▶ TASK OBJECTIVE:
For the entries below, repeat exactly each line starting with the one that contains "#21=ORIENTED_EDGE('',*,*,#20,.T.);" and going on through the one that contains "#41=AXIS2_PLACEMENT_3D('',#29,#39,#40);", and no others.
INFORMATION SUPPLIED START
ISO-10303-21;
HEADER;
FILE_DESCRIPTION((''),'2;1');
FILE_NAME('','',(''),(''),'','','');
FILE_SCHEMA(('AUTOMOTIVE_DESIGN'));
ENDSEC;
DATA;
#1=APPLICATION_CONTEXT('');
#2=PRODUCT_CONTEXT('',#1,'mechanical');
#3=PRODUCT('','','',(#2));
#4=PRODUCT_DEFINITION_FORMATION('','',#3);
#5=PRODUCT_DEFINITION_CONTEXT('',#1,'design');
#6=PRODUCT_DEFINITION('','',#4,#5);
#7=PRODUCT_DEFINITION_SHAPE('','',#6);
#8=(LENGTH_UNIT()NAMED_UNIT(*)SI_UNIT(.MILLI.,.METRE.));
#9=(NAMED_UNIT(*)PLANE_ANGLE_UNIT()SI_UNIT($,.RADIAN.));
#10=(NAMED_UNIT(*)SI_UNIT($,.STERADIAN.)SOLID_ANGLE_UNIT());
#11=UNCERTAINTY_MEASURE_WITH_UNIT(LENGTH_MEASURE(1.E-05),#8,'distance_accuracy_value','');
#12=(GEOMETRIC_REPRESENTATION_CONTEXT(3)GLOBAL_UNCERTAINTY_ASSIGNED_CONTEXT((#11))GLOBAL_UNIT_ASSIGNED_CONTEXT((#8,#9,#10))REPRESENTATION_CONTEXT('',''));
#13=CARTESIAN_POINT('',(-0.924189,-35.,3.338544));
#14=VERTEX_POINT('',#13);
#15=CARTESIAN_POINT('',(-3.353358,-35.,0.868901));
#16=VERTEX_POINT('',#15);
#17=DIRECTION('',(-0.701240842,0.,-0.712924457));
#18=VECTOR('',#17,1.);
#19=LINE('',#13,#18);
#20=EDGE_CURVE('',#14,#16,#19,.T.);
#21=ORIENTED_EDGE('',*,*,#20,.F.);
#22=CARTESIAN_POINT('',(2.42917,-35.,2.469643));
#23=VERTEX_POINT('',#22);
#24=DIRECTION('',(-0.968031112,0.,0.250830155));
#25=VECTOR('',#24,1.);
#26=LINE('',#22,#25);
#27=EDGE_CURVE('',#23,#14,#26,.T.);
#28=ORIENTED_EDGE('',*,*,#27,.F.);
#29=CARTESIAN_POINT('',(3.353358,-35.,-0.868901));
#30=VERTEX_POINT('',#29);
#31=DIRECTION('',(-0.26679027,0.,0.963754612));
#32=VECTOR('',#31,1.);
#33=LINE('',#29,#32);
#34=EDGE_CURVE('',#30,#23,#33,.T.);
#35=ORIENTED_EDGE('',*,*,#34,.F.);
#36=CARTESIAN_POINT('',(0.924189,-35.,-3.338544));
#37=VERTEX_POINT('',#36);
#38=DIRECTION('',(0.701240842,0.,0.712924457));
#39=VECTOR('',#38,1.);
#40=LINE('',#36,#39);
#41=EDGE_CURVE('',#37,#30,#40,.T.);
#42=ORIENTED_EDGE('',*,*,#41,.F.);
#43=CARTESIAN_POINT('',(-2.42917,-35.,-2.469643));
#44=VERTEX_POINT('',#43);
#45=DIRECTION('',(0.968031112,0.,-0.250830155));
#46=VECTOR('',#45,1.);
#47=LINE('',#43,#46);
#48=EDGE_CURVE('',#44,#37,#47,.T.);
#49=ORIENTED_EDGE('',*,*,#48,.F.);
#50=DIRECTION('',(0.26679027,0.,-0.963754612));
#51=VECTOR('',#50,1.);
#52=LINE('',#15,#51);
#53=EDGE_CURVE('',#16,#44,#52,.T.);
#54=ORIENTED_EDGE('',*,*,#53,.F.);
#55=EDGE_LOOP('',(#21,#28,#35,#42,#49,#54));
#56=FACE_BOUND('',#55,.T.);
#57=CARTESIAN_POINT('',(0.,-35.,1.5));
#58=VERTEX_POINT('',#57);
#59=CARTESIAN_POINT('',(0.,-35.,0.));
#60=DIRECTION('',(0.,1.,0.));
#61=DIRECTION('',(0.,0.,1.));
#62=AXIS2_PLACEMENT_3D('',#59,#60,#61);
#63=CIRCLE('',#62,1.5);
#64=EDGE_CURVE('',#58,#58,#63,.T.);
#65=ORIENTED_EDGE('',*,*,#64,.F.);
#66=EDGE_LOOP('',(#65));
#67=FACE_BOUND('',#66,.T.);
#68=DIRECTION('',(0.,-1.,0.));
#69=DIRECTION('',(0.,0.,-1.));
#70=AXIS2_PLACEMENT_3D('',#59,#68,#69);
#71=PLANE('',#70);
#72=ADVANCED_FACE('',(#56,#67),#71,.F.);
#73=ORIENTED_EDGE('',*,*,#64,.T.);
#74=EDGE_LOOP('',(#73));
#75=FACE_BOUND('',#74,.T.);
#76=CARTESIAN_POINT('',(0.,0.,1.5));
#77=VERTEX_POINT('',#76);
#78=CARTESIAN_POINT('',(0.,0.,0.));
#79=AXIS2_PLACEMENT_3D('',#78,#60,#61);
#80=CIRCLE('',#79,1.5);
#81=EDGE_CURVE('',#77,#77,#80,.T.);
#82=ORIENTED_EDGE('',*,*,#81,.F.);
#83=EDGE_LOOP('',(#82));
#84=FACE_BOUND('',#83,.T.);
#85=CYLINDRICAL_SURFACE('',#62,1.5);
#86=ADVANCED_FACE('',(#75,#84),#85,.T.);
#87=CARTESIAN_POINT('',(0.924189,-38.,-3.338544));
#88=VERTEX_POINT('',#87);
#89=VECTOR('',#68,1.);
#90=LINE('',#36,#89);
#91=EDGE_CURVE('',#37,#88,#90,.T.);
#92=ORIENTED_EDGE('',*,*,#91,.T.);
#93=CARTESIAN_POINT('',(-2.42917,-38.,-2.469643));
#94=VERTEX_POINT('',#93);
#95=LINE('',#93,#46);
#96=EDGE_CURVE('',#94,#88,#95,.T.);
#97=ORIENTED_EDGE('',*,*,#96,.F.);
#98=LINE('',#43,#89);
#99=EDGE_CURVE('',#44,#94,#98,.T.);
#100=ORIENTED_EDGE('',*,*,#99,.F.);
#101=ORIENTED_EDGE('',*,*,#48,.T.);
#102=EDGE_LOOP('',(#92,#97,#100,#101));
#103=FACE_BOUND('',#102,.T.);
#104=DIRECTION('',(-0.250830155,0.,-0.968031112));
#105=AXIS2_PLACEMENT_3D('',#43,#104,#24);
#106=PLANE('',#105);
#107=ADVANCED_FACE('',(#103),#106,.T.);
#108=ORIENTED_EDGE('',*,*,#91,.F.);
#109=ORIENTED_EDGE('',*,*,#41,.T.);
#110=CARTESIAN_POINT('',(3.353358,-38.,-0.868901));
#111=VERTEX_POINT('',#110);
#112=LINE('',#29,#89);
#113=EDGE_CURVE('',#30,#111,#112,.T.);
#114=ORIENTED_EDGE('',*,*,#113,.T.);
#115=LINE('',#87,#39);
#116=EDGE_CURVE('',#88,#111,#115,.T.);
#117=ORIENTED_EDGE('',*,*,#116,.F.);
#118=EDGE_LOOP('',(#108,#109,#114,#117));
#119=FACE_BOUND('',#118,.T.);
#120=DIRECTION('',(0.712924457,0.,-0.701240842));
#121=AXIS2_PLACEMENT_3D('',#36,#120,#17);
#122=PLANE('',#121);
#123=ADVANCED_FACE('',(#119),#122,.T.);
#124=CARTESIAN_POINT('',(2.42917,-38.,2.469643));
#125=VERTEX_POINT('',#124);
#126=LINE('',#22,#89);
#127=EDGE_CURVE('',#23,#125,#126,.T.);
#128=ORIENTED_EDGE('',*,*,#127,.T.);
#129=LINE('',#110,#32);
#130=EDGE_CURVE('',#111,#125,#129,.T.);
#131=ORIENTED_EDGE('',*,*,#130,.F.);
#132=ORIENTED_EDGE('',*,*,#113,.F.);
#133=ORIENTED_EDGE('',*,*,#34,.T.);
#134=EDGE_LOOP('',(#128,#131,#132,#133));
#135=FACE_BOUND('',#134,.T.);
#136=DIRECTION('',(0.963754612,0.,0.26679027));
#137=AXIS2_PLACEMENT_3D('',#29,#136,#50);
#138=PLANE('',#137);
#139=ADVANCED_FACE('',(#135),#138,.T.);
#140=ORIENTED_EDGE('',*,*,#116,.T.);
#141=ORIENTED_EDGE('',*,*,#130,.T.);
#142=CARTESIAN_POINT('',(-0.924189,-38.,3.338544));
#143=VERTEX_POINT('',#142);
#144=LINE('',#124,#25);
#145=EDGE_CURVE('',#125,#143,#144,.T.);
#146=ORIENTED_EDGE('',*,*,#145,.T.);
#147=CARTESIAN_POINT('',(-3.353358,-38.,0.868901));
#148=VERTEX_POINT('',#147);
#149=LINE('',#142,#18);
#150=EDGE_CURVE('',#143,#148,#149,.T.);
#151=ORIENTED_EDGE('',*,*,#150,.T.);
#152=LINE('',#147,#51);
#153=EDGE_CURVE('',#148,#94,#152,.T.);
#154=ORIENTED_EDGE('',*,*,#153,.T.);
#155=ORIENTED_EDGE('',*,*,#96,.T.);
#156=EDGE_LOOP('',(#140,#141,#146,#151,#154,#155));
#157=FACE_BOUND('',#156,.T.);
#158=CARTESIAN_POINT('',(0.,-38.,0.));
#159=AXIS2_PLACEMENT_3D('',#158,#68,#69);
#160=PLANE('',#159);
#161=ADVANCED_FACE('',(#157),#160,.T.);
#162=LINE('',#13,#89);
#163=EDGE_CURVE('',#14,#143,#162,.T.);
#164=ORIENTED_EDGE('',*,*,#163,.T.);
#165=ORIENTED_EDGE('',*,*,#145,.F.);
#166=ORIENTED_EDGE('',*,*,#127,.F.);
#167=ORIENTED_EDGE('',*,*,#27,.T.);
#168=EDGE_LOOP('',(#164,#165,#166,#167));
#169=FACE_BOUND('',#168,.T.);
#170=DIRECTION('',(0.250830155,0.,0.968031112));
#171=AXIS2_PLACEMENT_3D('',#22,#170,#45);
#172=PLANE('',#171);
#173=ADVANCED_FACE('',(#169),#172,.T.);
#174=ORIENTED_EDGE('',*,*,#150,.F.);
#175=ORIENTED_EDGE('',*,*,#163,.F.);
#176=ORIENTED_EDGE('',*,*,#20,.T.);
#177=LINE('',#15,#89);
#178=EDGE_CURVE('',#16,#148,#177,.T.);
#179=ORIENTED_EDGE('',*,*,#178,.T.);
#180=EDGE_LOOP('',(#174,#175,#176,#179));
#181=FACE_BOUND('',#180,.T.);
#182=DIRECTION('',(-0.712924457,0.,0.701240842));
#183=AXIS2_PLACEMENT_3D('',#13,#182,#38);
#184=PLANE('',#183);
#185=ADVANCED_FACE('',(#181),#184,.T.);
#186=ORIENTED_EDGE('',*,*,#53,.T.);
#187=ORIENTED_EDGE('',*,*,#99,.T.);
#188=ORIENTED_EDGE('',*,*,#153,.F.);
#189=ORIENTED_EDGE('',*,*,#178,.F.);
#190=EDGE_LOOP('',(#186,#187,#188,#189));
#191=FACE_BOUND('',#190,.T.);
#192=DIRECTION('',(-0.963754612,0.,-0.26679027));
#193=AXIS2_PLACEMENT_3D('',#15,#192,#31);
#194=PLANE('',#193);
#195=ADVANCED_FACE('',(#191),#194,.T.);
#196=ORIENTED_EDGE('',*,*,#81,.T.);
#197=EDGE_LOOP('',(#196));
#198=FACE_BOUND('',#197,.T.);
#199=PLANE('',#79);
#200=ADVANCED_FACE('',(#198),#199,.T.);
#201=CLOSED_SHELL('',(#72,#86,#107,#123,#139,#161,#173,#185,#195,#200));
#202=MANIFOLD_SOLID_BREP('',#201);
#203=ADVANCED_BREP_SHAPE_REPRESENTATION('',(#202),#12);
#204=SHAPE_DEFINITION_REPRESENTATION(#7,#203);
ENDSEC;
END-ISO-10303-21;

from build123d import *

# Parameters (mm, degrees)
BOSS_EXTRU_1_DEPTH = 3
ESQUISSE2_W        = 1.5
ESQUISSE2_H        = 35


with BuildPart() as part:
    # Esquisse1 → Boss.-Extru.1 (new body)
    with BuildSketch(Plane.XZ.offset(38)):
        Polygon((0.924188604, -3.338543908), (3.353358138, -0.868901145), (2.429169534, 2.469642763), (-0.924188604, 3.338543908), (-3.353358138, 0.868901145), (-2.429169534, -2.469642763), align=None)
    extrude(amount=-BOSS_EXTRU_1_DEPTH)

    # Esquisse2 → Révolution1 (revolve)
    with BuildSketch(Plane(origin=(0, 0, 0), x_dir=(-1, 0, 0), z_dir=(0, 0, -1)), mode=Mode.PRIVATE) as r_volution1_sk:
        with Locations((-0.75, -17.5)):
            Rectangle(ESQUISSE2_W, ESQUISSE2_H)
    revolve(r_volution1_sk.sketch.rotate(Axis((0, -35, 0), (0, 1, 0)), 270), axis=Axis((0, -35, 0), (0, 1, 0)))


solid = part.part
INFORMATION SUPPLIED END
INFORMATION SUPPLIED START
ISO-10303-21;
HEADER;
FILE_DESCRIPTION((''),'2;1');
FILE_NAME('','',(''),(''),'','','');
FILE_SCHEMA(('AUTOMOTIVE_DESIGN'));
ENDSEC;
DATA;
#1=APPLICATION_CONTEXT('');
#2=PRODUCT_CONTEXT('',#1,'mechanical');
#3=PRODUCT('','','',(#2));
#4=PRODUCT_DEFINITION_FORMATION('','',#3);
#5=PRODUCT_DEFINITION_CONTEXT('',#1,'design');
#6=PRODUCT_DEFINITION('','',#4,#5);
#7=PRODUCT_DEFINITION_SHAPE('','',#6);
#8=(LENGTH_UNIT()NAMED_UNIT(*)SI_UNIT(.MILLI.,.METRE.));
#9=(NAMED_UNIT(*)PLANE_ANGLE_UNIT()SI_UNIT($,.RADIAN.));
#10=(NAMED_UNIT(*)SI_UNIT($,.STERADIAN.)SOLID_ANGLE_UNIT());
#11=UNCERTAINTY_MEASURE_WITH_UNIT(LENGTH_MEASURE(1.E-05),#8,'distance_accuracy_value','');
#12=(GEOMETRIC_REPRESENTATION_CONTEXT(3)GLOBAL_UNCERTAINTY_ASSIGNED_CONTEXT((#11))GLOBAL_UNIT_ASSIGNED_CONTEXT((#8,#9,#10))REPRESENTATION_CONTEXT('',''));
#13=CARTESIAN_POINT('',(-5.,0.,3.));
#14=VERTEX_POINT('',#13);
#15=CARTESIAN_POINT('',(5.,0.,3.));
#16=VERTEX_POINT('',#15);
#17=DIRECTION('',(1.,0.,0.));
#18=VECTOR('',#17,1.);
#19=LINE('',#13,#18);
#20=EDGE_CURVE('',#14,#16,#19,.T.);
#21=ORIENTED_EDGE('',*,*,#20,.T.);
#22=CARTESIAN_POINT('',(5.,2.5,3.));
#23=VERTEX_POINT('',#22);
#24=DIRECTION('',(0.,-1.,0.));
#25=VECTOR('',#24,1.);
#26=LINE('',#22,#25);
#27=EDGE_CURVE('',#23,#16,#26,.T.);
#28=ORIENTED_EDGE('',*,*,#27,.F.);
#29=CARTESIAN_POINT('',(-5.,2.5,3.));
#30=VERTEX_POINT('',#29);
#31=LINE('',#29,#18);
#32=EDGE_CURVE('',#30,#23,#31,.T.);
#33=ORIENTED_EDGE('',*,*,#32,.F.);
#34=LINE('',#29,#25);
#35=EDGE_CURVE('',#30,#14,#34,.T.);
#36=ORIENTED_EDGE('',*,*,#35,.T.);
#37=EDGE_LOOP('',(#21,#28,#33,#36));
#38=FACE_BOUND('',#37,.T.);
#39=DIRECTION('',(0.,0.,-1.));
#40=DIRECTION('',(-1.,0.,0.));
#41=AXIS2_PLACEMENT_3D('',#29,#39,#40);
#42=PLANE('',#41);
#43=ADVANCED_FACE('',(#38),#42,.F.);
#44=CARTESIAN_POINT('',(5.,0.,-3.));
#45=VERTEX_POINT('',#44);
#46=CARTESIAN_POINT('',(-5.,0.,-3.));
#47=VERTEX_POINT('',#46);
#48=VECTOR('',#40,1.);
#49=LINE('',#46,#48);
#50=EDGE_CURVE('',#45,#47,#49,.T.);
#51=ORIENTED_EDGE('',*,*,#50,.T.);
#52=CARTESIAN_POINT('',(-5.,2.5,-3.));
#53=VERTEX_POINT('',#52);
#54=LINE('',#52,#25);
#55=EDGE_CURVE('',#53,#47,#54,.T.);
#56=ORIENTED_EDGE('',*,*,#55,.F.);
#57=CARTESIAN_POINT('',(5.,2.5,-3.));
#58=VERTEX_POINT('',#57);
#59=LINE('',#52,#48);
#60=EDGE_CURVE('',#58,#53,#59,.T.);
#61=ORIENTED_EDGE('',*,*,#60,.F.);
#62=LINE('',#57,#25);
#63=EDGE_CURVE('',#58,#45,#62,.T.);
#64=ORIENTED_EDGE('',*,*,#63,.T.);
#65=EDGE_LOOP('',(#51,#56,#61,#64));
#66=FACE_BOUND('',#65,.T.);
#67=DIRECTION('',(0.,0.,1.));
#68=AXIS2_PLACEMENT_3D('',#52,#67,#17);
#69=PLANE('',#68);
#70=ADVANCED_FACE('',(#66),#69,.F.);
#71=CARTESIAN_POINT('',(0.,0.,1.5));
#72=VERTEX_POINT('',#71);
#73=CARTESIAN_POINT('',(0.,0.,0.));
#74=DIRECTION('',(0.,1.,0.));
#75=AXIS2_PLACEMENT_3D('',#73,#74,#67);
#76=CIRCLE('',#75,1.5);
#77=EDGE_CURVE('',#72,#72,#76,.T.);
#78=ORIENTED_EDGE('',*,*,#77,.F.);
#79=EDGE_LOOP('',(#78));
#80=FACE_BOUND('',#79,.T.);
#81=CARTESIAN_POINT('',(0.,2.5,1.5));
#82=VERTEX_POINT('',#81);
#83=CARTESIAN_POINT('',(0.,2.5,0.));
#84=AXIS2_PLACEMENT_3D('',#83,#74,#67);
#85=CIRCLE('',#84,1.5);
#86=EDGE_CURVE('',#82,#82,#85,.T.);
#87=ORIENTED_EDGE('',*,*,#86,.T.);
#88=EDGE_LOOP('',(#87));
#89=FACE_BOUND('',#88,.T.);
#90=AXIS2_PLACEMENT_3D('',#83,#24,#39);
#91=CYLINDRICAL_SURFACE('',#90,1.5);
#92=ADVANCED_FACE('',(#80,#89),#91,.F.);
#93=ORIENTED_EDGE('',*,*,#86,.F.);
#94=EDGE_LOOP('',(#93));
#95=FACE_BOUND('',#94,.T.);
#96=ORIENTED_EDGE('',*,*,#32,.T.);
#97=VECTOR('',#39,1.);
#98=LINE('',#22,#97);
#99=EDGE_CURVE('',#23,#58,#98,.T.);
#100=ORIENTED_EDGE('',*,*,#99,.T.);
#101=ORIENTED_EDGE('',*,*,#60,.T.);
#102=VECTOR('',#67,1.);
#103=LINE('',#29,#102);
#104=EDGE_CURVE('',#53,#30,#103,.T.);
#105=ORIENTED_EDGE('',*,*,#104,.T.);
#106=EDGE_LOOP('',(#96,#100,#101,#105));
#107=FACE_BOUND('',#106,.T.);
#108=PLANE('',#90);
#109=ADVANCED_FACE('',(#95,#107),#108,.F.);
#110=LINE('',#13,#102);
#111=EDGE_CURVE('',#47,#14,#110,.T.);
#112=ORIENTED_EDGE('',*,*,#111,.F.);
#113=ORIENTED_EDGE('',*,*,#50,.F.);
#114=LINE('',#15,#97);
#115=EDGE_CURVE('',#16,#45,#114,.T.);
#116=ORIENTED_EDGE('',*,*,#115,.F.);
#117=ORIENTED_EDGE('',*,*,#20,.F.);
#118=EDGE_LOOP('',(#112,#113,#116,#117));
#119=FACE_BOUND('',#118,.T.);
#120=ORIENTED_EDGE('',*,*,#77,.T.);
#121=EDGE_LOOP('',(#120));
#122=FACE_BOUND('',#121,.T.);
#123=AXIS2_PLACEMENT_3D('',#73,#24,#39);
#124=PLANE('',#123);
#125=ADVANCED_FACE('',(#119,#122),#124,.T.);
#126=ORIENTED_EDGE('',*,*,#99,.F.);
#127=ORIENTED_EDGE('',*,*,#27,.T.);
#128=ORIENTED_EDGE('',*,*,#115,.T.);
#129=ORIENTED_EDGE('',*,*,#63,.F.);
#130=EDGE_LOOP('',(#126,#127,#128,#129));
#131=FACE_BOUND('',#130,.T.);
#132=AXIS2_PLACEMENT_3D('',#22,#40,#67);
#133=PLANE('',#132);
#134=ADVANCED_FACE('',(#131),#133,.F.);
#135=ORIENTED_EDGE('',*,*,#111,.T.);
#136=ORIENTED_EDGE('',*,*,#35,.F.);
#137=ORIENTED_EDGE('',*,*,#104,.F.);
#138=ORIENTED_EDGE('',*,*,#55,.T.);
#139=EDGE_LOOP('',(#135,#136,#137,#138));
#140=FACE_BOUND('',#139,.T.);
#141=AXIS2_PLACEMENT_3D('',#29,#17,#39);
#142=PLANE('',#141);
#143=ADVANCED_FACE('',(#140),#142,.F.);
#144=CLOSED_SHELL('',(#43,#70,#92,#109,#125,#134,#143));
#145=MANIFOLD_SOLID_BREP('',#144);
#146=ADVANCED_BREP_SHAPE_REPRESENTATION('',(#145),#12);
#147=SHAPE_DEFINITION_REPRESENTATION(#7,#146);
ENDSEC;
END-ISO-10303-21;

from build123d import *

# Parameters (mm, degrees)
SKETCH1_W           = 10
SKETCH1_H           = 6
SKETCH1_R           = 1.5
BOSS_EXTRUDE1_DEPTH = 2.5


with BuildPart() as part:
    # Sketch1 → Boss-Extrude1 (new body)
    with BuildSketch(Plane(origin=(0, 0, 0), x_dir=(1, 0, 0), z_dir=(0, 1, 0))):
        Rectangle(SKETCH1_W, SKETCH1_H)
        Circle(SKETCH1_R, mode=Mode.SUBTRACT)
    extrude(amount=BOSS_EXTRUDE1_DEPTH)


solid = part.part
INFORMATION SUPPLIED END
▶ RESULT FOR THIS EXERCISE:
#21=ORIENTED_EDGE('',*,*,#20,.T.);
#22=CARTESIAN_POINT('',(5.,2.5,3.));
#23=VERTEX_POINT('',#22);
#24=DIRECTION('',(0.,-1.,0.));
#25=VECTOR('',#24,1.);
#26=LINE('',#22,#25);
#27=EDGE_CURVE('',#23,#16,#26,.T.);
#28=ORIENTED_EDGE('',*,*,#27,.F.);
#29=CARTESIAN_POINT('',(-5.,2.5,3.));
#30=VERTEX_POINT('',#29);
#31=LINE('',#29,#18);
#32=EDGE_CURVE('',#30,#23,#31,.T.);
#33=ORIENTED_EDGE('',*,*,#32,.F.);
#34=LINE('',#29,#25);
#35=EDGE_CURVE('',#30,#14,#34,.T.);
#36=ORIENTED_EDGE('',*,*,#35,.T.);
#37=EDGE_LOOP('',(#21,#28,#33,#36));
#38=FACE_BOUND('',#37,.T.);
#39=DIRECTION('',(0.,0.,-1.));
#40=DIRECTION('',(-1.,0.,0.));
#41=AXIS2_PLACEMENT_3D('',#29,#39,#40);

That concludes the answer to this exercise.